# 2011 Craftsman LT2000



## sgtowens702

I have a 2011 Craftsman LT2000 Model #247.288851. I'm having an issue engaging the blades. I replaced the deck belt at the end of last summer. I actually mowed twice with the tractor after replacing and it worked fine. It's been stored in my garage this winter and I just recently started doing maintenance to start mowing again. However when I pulled it out in the yard for the first time to mow the blades failed to engage. The deck has 5 height levels and I normally mow on 3. The weird thing is the *blades WILL engage on level 5. But if you lower the deck any further they will not. Can someone help me resolve his?*


----------



## bolillo_loco

Welcome to the forum!

Your lawn tractor has a manual clutch doesn't it? If it's got an electric PTO, there will be a knob on the dashboard that you pull/push or flip with easy fingertip movement to engage the blades with an electric clutch. If it's a manual clutch, it will have a small rod under the steering wheel that looks like a huge turn signal switch on your car, and you've got to move it several inches to fully engage the deck. While you're moving it, you'll be able to hear springs taking on tension like a rickety softy chair with shot springs.
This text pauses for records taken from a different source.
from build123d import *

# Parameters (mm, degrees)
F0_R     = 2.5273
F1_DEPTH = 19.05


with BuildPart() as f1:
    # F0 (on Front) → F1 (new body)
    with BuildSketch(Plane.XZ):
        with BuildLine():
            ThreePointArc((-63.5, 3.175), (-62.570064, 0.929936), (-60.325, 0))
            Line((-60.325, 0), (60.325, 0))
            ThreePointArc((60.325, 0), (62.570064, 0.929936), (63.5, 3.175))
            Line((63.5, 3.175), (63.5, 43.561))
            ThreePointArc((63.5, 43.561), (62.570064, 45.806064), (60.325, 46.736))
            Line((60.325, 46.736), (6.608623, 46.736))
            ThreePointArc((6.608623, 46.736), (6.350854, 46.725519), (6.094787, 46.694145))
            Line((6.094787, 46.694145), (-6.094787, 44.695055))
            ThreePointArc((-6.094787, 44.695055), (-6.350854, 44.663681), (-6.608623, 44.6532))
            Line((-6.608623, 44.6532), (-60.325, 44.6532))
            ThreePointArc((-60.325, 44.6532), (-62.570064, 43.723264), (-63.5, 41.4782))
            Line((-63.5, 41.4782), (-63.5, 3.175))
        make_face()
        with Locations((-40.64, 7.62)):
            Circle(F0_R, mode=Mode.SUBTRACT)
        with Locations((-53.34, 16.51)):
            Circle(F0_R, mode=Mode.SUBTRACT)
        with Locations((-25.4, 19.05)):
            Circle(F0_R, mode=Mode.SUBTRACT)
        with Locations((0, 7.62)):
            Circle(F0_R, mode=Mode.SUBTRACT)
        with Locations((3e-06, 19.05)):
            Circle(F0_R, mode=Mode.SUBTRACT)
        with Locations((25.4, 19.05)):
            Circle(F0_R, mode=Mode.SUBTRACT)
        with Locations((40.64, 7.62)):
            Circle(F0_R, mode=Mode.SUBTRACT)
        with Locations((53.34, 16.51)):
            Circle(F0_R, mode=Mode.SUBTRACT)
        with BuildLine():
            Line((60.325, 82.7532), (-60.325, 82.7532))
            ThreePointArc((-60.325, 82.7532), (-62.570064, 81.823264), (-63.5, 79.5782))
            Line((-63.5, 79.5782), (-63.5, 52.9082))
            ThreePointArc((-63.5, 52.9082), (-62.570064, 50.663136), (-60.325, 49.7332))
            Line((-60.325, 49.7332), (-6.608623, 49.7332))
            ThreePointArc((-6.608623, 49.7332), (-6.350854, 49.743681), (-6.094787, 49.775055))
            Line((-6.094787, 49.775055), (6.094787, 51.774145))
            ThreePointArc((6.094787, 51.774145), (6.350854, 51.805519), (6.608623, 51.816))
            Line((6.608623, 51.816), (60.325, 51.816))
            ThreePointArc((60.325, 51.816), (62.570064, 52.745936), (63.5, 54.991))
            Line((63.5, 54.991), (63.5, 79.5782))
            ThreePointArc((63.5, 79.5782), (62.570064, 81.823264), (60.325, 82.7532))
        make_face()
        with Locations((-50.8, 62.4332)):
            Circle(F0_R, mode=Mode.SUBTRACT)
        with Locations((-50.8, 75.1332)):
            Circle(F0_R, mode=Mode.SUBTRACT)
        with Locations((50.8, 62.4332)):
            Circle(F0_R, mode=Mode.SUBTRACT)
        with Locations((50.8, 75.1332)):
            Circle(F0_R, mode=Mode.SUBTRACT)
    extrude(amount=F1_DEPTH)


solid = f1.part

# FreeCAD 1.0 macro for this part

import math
import FreeCAD as App
import Part
import Sketcher
Q = App.Units.Quantity

doc = App.newDocument("Part")
body = doc.addObject("PartDesign::Body", "Body")
body.AllowCompound = True

# Sketch on XZ plane
sketch1 = doc.addObject("Sketcher::SketchObject", "Sketch")
body.addObject(sketch1)
sketch1.AttachmentSupport = (doc.XZ_Plane, [""])
sketch1.MapMode = "FlatFace"
sketch1.addGeometry(Part.ArcOfCircle(Part.Circle(App.Vector(-60.325, 3.175, 0), App.Vector(0, 0, 1), 3.175), math.radians(-179.999998), math.radians(-90.000002)), False)
sketch1.addGeometry(Part.LineSegment(App.Vector(-60.325, 0, 0), App.Vector(60.325, 0, 0)), False)
sketch1.addGeometry(Part.ArcOfCircle(Part.Circle(App.Vector(60.325, 3.175, 0), App.Vector(0, 0, 1), 3.175), math.radians(-89.999998), math.radians(-0.000002)), False)
sketch1.addGeometry(Part.LineSegment(App.Vector(63.5, 3.175, 0), App.Vector(63.5, 43.561, 0)), False)
sketch1.addGeometry(Part.ArcOfCircle(Part.Circle(App.Vector(60.325, 43.561, 0), App.Vector(0, 0, 1), 3.175), math.radians(0.000002), math.radians(89.999998)), False)
sketch1.addGeometry(Part.LineSegment(App.Vector(60.325, 46.736, 0), App.Vector(6.608623, 46.736, 0)), False)
sketch1.addGeometry(Part.ArcOfCircle(Part.Circle(App.Vector(6.608622, 43.561016, 0), App.Vector(0, 0, 1), 3.174984), math.radians(89.999975), math.radians(99.313627)), False)
sketch1.addGeometry(Part.LineSegment(App.Vector(6.094787, 46.694145, 0), App.Vector(-6.094787, 44.695055, 0)), False)
sketch1.addGeometry(Part.ArcOfCircle(Part.Circle(App.Vector(-6.608622, 47.828184, 0), App.Vector(0, 0, 1), 3.174984), math.radians(-90.000025), math.radians(-80.686373)), False)
sketch1.addGeometry(Part.LineSegment(App.Vector(-6.608623, 44.6532, 0), App.Vector(-60.325, 44.6532, 0)), False)
sketch1.addGeometry(Part.ArcOfCircle(Part.Circle(App.Vector(-60.325, 41.4782, 0), App.Vector(0, 0, 1), 3.175), math.radians(90.000002), math.radians(179.999998)), False)
sketch1.addGeometry(Part.LineSegment(App.Vector(-63.5, 41.4782, 0), App.Vector(-63.5, 3.175, 0)), False)
sketch1.addGeometry(Part.Circle(App.Vector(-40.64, 7.62, 0), App.Vector(0, 0, 1), 2.5273), False)
sketch1.addGeometry(Part.Circle(App.Vector(0, 7.62, 0), App.Vector(0, 0, 1), 2.5273), False)
sketch1.addGeometry(Part.Circle(App.Vector(40.64, 7.62, 0), App.Vector(0, 0, 1), 2.5273), False)
sketch1.addGeometry(Part.Circle(App.Vector(-53.34, 16.51, 0), App.Vector(0, 0, 1), 2.5273), False)
sketch1.addGeometry(Part.Circle(App.Vector(-25.4, 19.05, 0), App.Vector(0, 0, 1), 2.5273), False)
sketch1.addGeometry(Part.Circle(App.Vector(53.34, 16.51, 0), App.Vector(0, 0, 1), 2.5273), False)
sketch1.addGeometry(Part.Circle(App.Vector(0.000003, 19.05, 0), App.Vector(0, 0, 1), 2.5273), False)
sketch1.addGeometry(Part.Circle(App.Vector(25.4, 19.05, 0), App.Vector(0, 0, 1), 2.5273), False)
sketch1.addGeometry(Part.LineSegment(App.Vector(60.325, 82.7532, 0), App.Vector(-60.325, 82.7532, 0)), False)
sketch1.addGeometry(Part.ArcOfCircle(Part.Circle(App.Vector(-60.325, 79.5782, 0), App.Vector(0, 0, 1), 3.175), math.radians(90.000002), math.radians(179.999998)), False)
sketch1.addGeometry(Part.LineSegment(App.Vector(-63.5, 79.5782, 0), App.Vector(-63.5, 52.9082, 0)), False)
sketch1.addGeometry(Part.ArcOfCircle(Part.Circle(App.Vector(-60.325, 52.9082, 0), App.Vector(0, 0, 1), 3.175), math.radians(-179.999998), math.radians(-90.000002)), False)
sketch1.addGeometry(Part.LineSegment(App.Vector(-60.325, 49.7332, 0), App.Vector(-6.608623, 49.7332, 0)), False)
sketch1.addGeometry(Part.ArcOfCircle(Part.Circle(App.Vector(-6.608622, 52.908184, 0), App.Vector(0, 0, 1), 3.174984), math.radians(-90.000025), math.radians(-80.686373)), False)
sketch1.addGeometry(Part.LineSegment(App.Vector(-6.094787, 49.775055, 0), App.Vector(6.094787, 51.774145, 0)), False)
sketch1.addGeometry(Part.ArcOfCircle(Part.Circle(App.Vector(6.608622, 48.641016, 0), App.Vector(0, 0, 1), 3.174984), math.radians(89.999975), math.radians(99.313627)), False)
sketch1.addGeometry(Part.LineSegment(App.Vector(6.608623, 51.816, 0), App.Vector(60.325, 51.816, 0)), False)
sketch1.addGeometry(Part.ArcOfCircle(Part.Circle(App.Vector(60.325, 54.991, 0), App.Vector(0, 0, 1), 3.175), math.radians(-89.999998), math.radians(-0.000002)), False)
sketch1.addGeometry(Part.LineSegment(App.Vector(63.5, 54.991, 0), App.Vector(63.5, 79.5782, 0)), False)
sketch1.addGeometry(Part.ArcOfCircle(Part.Circle(App.Vector(60.325, 79.5782, 0), App.Vector(0, 0, 1), 3.175), math.radians(0.000002), math.radians(89.999998)), False)
sketch1.addGeometry(Part.Circle(App.Vector(-50.8, 62.4332, 0), App.Vector(0, 0, 1), 2.5273), False)
sketch1.addGeometry(Part.Circle(App.Vector(50.8, 62.4332, 0), App.Vector(0, 0, 1), 2.5273), False)
sketch1.addGeometry(Part.Circle(App.Vector(-50.8, 75.1332, 0), App.Vector(0, 0, 1), 2.5273), False)
sketch1.addGeometry(Part.Circle(App.Vector(50.8, 75.1332, 0), App.Vector(0, 0, 1), 2.5273), False)
sketch1.addConstraint(Sketcher.Constraint("Tangent", 0, 2, 1, 1))
sketch1.addConstraint(Sketcher.Constraint("Tangent", 1, 2, 2, 1))
sketch1.addConstraint(Sketcher.Constraint("Tangent", 2, 2, 3, 1))
sketch1.addConstraint(Sketcher.Constraint("Tangent", 3, 2, 4, 1))
sketch1.addConstraint(Sketcher.Constraint("Tangent", 4, 2, 5, 1))
sketch1.addConstraint(Sketcher.Constraint("Tangent", 5, 2, 6, 1))
sketch1.addConstraint(Sketcher.Constraint("Tangent", 6, 2, 7, 1))
sketch1.addConstraint(Sketcher.Constraint("Tangent", 7, 2, 8, 2))
sketch1.addConstraint(Sketcher.Constraint("Tangent", 8, 1, 9, 1))
sketch1.addConstraint(Sketcher.Constraint("Tangent", 9, 2, 10, 1))
sketch1.addConstraint(Sketcher.Constraint("Tangent", 10, 2, 11, 1))
sketch1.addConstraint(Sketcher.Constraint("Tangent", 11, 2, 0, 1))
sketch1.addConstraint(Sketcher.Constraint("Tangent", 20, 2, 21, 1))
sketch1.addConstraint(Sketcher.Constraint("Tangent", 21, 2, 22, 1))
sketch1.addConstraint(Sketcher.Constraint("Tangent", 22, 2, 23, 1))
sketch1.addConstraint(Sketcher.Constraint("Tangent", 23, 2, 24, 1))
sketch1.addConstraint(Sketcher.Constraint("Tangent", 24, 2, 25, 1))
sketch1.addConstraint(Sketcher.Constraint("Tangent", 25, 2, 26, 1))
sketch1.addConstraint(Sketcher.Constraint("Tangent", 26, 2, 27, 2))
sketch1.addConstraint(Sketcher.Constraint("Tangent", 27, 1, 28, 1))
sketch1.addConstraint(Sketcher.Constraint("Tangent", 28, 2, 29, 1))
sketch1.addConstraint(Sketcher.Constraint("Tangent", 29, 2, 30, 1))
sketch1.addConstraint(Sketcher.Constraint("Tangent", 30, 2, 31, 1))
sketch1.addConstraint(Sketcher.Constraint("Tangent", 31, 2, 20, 1))
sketch1.addConstraint(Sketcher.Constraint("Horizontal", 1))
sketch1.addConstraint(Sketcher.Constraint("Vertical", 3))
sketch1.addConstraint(Sketcher.Constraint("Horizontal", 5))
sketch1.addConstraint(Sketcher.Constraint("Horizontal", 9))
sketch1.addConstraint(Sketcher.Constraint("Vertical", 11))
sketch1.addConstraint(Sketcher.Constraint("Horizontal", 20))
sketch1.addConstraint(Sketcher.Constraint("Vertical", 22))
sketch1.addConstraint(Sketcher.Constraint("Horizontal", 24))
sketch1.addConstraint(Sketcher.Constraint("Horizontal", 28))
sketch1.addConstraint(Sketcher.Constraint("Vertical", 30))
sketch1.addConstraint(Sketcher.Constraint("Equal", 0, 2))
sketch1.addConstraint(Sketcher.Constraint("Equal", 2, 4))
sketch1.addConstraint(Sketcher.Constraint("Equal", 6, 8))
sketch1.addConstraint(Sketcher.Constraint("Equal", 4, 10))
sketch1.addConstraint(Sketcher.Constraint("Equal", 12, 13))
sketch1.addConstraint(Sketcher.Constraint("Equal", 13, 14))
sketch1.addConstraint(Sketcher.Constraint("Equal", 14, 15))
sketch1.addConstraint(Sketcher.Constraint("Equal", 15, 16))
sketch1.addConstraint(Sketcher.Constraint("Equal", 16, 17))
sketch1.addConstraint(Sketcher.Constraint("Equal", 17, 18))
sketch1.addConstraint(Sketcher.Constraint("Equal", 18, 19))
sketch1.addConstraint(Sketcher.Constraint("Equal", 10, 21))
sketch1.addConstraint(Sketcher.Constraint("Equal", 21, 23))
sketch1.addConstraint(Sketcher.Constraint("Equal", 8, 25))
sketch1.addConstraint(Sketcher.Constraint("Equal", 25, 27))
sketch1.addConstraint(Sketcher.Constraint("Equal", 23, 29))
sketch1.addConstraint(Sketcher.Constraint("Equal", 29, 31))
sketch1.addConstraint(Sketcher.Constraint("Equal", 19, 32))
sketch1.addConstraint(Sketcher.Constraint("Equal", 32, 33))
sketch1.addConstraint(Sketcher.Constraint("Equal", 33, 34))
sketch1.addConstraint(Sketcher.Constraint("Equal", 34, 35))
sketch1.addConstraint(Sketcher.Constraint("Symmetric", 0, 2, 1, 2, -1, 1))
sketch1.addConstraint(Sketcher.Constraint("Symmetric", 12, 3, 14, 3, -2))
sketch1.addConstraint(Sketcher.Constraint("Symmetric", 15, 3, 17, 3, -2))
sketch1.addConstraint(Sketcher.Constraint("Symmetric", 16, 3, 19, 3, -2))
sketch1.addConstraint(Sketcher.Constraint("Symmetric", 32, 3, 33, 3, -2))
sketch1.addConstraint(Sketcher.Constraint("Symmetric", 34, 3, 35, 3, -2))
sketch1.addConstraint(Sketcher.Constraint("PointOnObject", 13, 3, -2))
sketch1.addConstraint(Sketcher.Constraint("Parallel", 7, 26))
sketch1.addConstraint(Sketcher.Constraint("Horizontal", 12, 3, 13, 3))
sketch1.addConstraint(Sketcher.Constraint("Horizontal", 16, 3, 18, 3))
sketch1.addConstraint(Sketcher.Constraint("Vertical", 10, 3, 21, 3))
sketch1.addConstraint(Sketcher.Constraint("Vertical", 8, 3, 25, 3))
sketch1.addConstraint(Sketcher.Constraint("Vertical", 6, 3, 27, 3))
sketch1.addConstraint(Sketcher.Constraint("Vertical", 4, 3, 29, 3))
sketch1.addConstraint(Sketcher.Constraint("Vertical", 32, 3, 34, 3))
sketch1.addConstraint(Sketcher.Constraint("Equal", 5, 9))
sketch1.addConstraint(Sketcher.Constraint("Diameter", 12, Q("0.199 in")))
sketch1.addConstraint(Sketcher.Constraint("DistanceX", 16, 3, -1, 1, Q("1 in")))
sketch1.addConstraint(Sketcher.Constraint("DistanceX", 32, 3, -1, 1, Q("2 in")))
sketch1.addConstraint(Sketcher.Constraint("Radius", 0, Q("0.125 in")))
sketch1.addConstraint(Sketcher.Constraint("DistanceX", 16, 3, 18, 3, Q("1.0000001 in")))
sketch1.addConstraint(Sketcher.Constraint("DistanceX", 1, 1, 1, 2, Q("4.75 in")))
sketch1.addConstraint(Sketcher.Constraint("DistanceY", 3, 1, 3, 2, Q("1.59 in")))
sketch1.addConstraint(Sketcher.Constraint("DistanceY", 22, 2, 22, 1, Q("1.05 in")))
sketch1.addConstraint(Sketcher.Constraint("DistanceX", 12, 3, -1, 1, Q("1.6 in")))
sketch1.addConstraint(Sketcher.Constraint("DistanceY", -1, 1, 12, 3, Q("0.3 in")))
sketch1.addConstraint(Sketcher.Constraint("DistanceX", 15, 3, -1, 1, Q("2.1 in")))
sketch1.addConstraint(Sketcher.Constraint("DistanceY", 15, 3, 16, 3, Q("0.1 in")))
sketch1.addConstraint(Sketcher.Constraint("DistanceY", 10, 3, 21, 3, Q("1.5 in")))
sketch1.addConstraint(Sketcher.Constraint("DistanceY", 32, 3, 34, 3, Q("0.5 in")))
sketch1.addConstraint(Sketcher.Constraint("DistanceY", 9, 2, 32, 3, Q("0.7 in")))
sketch1.addConstraint(Sketcher.Constraint("DistanceY", 11, 2, 11, 1, Q("1.508 in")))
sketch1.addConstraint(Sketcher.Constraint("DistanceY", -1, 1, 15, 3, Q("0.65 in")))
sketch1.addConstraint(Sketcher.Constraint("Radius", 6, 3.174984))
sketch1.addConstraint(Sketcher.Constraint("Distance", 7, 12.352412))
pad1 = doc.addObject("PartDesign::Pad", "Pad")
body.addObject(pad1)
pad1.Profile = sketch1
pad1.Length = Q("0.75 in")

doc.recompute()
I would double check for proper belt length, correct belt mounting, the manual clutch cable is moving freely with the belt off, and there should be one or two idler pulleys attached to angled flat stock that looks something like an elbow that pivots. One or both of the idler pulleys should have both free movement and a pretty fair radius of swing without the belt in place. 

Because the blades will engage by moving the deck up and down, I suspect improper belt tension, so the belt draws tension as you lower it, and loses tension as you raise the deck.

Moreover, the neighbor woman sometimes comes over when she's got mower trouble, and she has an LT with a manual clutch. Thus far, the one problem has been, rusted idler pulleys that wouldn't swing to take up the tension, and on another occasion, the cable rusted fast after sitting all winter. She also had a broken spring on one of the idler pulleys, so it would not take up the tension. That's the limit of my experience with LTs.

First and foremost, can you confirm what type of PTO clutch you have?

Good luck and perhaps somebody else can come along and shed more light,
bolillo


----------



## sgtowens702

*Manual*

It does have a manual. The blades engages and disengages by a lever to the right of the seat by raising or lowering the lever. I checked the cable and the pulleys. When it is engaged the spring does pull the pulley and tightens. The belt does still seem pretty loose when the blades are engaged. Im not sure how much slack is supposed to be in the belt.


----------



## bolillo_loco

Thank you for confirming that it has a manual PTO. Now that I've more time to thoroughly read your first post, maybe we can find what's wrong. Since your lawn tractor's a 2011, I find it rather difficult to believe that PTO cable/linkage seized up from corrosion and/or the idler pulley's brackets are rusted fast to the deck, but anything's possible. 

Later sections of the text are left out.